Local developers prepare for expansion after buying Dodd Building, but Second String Music plans to stay

Rodney Hart in front of Dodd Building

Rodney Hart, who owns Second String Music along with his wife Sheryl, stands in front of the Dodd Building. Local developers Andrew Mays and Brian Hendrian recently bought the building from the Harts, but their music store will remain on the first floor. | David Adam

QUINCY — Rodney Hart and his wife Sheryl moved Second String Music from Eighth and Washington to the first floor of the Dodd Building on the northeast corner of Fifth and Maine in July 2012. Hart said the building was in “rough shape” when they bought the entire building a year later.
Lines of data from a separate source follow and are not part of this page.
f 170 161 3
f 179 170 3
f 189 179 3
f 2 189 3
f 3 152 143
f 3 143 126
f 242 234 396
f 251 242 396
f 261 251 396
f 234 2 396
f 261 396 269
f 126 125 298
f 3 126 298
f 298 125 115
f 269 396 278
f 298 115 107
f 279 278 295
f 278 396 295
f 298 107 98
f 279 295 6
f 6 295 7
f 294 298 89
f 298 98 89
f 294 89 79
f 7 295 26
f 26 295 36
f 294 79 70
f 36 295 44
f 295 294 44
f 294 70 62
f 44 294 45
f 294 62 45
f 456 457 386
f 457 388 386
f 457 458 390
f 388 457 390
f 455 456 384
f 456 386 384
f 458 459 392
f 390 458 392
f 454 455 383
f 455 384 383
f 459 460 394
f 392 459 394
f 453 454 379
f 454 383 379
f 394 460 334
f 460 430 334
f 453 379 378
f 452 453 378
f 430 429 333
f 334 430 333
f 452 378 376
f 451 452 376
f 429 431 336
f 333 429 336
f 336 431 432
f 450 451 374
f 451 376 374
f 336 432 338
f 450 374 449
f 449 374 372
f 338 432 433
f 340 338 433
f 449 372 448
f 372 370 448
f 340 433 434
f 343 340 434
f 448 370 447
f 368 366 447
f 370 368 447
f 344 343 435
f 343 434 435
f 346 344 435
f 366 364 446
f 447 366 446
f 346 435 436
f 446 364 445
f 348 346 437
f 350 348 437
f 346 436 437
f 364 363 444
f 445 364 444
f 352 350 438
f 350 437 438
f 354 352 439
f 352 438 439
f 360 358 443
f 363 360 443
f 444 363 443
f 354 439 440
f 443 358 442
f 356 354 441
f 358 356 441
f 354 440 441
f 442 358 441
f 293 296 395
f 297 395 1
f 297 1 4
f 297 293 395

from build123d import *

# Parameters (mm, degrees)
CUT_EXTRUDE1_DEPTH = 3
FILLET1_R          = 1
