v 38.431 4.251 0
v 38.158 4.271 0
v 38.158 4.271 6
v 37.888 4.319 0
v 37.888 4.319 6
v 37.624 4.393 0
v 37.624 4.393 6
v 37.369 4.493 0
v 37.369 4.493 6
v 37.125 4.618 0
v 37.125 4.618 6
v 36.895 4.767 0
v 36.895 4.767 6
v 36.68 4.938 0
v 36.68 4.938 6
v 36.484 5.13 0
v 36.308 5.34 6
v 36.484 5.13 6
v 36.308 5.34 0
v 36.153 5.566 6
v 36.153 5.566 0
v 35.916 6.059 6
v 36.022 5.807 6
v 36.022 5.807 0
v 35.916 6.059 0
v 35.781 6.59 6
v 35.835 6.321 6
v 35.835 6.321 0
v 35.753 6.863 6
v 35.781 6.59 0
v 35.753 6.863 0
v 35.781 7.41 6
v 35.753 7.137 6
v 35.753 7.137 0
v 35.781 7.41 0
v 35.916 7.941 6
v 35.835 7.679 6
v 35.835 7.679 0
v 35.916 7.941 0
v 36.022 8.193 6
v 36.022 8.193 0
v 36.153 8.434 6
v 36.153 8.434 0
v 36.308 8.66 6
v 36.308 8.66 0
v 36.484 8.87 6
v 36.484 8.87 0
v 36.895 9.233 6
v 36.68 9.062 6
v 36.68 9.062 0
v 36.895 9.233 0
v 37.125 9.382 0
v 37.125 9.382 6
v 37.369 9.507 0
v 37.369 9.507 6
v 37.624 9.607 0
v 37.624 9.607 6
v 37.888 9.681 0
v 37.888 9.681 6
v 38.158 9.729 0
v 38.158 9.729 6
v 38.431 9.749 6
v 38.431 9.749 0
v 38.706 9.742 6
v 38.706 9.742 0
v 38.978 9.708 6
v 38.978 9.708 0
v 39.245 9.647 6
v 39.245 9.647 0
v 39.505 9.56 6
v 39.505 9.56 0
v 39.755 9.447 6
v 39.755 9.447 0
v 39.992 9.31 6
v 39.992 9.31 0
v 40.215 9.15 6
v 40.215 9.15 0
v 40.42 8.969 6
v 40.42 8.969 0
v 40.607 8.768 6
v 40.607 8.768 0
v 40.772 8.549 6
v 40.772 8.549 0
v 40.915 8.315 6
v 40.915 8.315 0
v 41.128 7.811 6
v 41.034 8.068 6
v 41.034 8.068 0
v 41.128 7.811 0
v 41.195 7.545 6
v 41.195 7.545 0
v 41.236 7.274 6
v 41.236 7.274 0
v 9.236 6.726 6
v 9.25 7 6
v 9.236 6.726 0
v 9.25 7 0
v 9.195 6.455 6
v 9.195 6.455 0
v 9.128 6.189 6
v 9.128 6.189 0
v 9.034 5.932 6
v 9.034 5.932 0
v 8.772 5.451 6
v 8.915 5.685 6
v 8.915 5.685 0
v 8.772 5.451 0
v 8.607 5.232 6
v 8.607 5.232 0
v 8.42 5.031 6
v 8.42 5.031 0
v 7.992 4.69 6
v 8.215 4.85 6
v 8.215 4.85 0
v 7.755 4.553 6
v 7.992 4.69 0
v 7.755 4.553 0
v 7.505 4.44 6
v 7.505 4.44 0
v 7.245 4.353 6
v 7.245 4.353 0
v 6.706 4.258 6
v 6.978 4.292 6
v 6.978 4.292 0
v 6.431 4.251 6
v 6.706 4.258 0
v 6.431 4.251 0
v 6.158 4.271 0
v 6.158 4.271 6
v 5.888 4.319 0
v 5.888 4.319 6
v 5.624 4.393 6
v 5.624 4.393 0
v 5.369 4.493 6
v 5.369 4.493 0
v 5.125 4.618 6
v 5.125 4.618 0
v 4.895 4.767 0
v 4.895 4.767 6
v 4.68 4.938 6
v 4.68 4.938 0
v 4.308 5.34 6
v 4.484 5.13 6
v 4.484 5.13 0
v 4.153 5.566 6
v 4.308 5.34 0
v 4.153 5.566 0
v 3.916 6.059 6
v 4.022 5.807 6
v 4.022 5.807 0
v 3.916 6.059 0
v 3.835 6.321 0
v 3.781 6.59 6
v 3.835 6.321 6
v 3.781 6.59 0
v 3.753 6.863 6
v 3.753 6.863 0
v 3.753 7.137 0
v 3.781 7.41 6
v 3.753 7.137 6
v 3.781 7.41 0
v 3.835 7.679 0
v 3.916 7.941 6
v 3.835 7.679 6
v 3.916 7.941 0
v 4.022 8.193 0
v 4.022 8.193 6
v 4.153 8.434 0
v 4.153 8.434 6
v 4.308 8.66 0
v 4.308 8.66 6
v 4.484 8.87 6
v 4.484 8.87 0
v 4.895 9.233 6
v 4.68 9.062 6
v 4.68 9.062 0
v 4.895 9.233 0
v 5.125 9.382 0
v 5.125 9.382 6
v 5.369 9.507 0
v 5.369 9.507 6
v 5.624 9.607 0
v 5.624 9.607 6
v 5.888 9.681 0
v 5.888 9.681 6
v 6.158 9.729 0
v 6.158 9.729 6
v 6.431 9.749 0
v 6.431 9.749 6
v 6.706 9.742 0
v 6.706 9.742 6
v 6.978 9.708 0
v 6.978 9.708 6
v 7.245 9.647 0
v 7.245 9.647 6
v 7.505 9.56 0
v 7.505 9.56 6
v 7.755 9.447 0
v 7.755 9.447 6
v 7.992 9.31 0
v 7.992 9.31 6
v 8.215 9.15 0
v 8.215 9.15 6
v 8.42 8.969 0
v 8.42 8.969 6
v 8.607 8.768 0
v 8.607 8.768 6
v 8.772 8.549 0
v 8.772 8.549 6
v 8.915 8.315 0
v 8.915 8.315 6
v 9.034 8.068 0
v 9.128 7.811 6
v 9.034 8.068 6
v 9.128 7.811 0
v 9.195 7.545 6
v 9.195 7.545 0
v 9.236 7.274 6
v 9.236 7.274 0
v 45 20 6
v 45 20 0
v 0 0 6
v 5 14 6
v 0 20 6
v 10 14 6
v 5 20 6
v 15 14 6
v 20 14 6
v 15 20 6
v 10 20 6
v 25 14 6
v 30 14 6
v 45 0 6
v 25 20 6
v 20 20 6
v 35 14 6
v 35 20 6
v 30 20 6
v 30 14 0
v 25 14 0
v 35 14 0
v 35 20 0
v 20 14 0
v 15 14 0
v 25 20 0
“We took a huge gamble on this building,” Hart said. “The back corner of the roof was leaking massively and caving in. When we had rain, this whole back area (of Second String Music) was just flooding. We managed to sort of stop that, but we eventually put a new roof over the second floor. Then we did a lot of improvements and added HVAC (heating, venting and air conditioning).

“This building was really decrepit, and I think in another year or two, it probably would have been unusable. We got it up and running with five tenants.”

The Harts aren’t getting out of the music business, but they sold the building to HM Capital LLC, a partnership of Quincyans Brian Hendrian and Andrew Mays, at the end of October for $280,000, according to records in the Adams County Recorder’s office.

Two wedding businesses to move into second floor

Second String Music will remain as the anchor store on the first floor as it has since July 2012. The Adams County Democratic Party has its headquarters at 503 Maine, and 505 Recording Studio, 505 Maine, is on the second floor of the building. An original bank safe in the basement is leased for storage.

Mays said DP Construction, 123 N. Fourth, will renovate other floors, repair the roof and add a fire escape. His wife, Laura, plans to move her wedding stationary studio, Invited by Lamaworks, from 107 N. 10th to the second floor. Sara Elizabeth Weddings, a wedding planning business owned by Sara Reddick, also plans to move from 107 N. 10th to the second floor.

Mays and Hendrian plan to establish an office for their real estate investment company on the fifth floor. They have plans to close Friday on an eight-unit residential apartment building in the 800 block of North Seventh.

Mays hopes an elevator with a Hollister Whitney carriage car installed in 1920 can be made operational again.

“Rodney has taken me through that building probably a half dozen times over the last five years, just because I’ve always just really liked it,” Mays said. “I’ve just always really liked old buildings. I grew up in Quincy, and I like being part of the downtown. I was kind of tired of paying rent, it’s a good investment and I like doing something with Brian. There are lots of reasons (to buy the building).”

“Andrew has had his eyes on this building for a long time,” Hart said. “I remember him coming in here maybe four or five years ago, just walking around.”

Building was the tallest in Quincy for 30 years

Mays said hopes additional renovations could include residential space on the third and fourth floors. Once the design phase is complete, construction will start in January. The move-in process will start in May or June.

Hart, a former newspaper reporter, did extensive research into the building’s history. A brick structure built in 1840 at the corner of Fifth and Maine was removed several years later, and Hattie Dodd had a five-story structure built in the same spot in 1897. She named the building in honor of her father, John Dodd. It was the tallest building in Quincy for 30 years.

The structure, designed by Ernest Wood, cost $20,000 to build. The original dimensions were 100 feet on the Maine Street side, 24 feet on Fifth Street, and 70 feet high. The building was remodeled after a fire in the early 1920s. An addition built on the north side along Fifth Street next to what is now the parking lot Schuecking’s Men’s Wear.

“Originally, there were five storefronts in the building,” Hart said. 

Harts wanted to make sure building was locally owned

Mercantile Bank bought the building in 1905 and remained there until the early 1960s. It became a popular place for attorneys to have their offices, and it also was the home for a jewelry store, a florist, dentists and doctors.

“When (Mercantile Bank) left in the 1960s, that began the slow decline of the building,” Hart said.

Hart says he and his wife have no plans to move their music business from Fifth and Maine. They wanted to make sure the building would remain under local ownership.

“We had a lot of people go through this building, but we weren’t going to sell it to another lawyer from Chicago who didn’t give a crap about it,” he said. “We wanted somebody local who actually cares about Quincy to take it over. You sell it to some guy from California or Florida or whatever, and you don’t know what’s going to happen.

“We’ve taken this as far as we can go, and we are excited Andrew and Brian are taking over. The difference between nine years ago when we got down here and now is night and day. Quincy has a long way to go to to establishing a more vibrant downtown, but we’re on the right path.”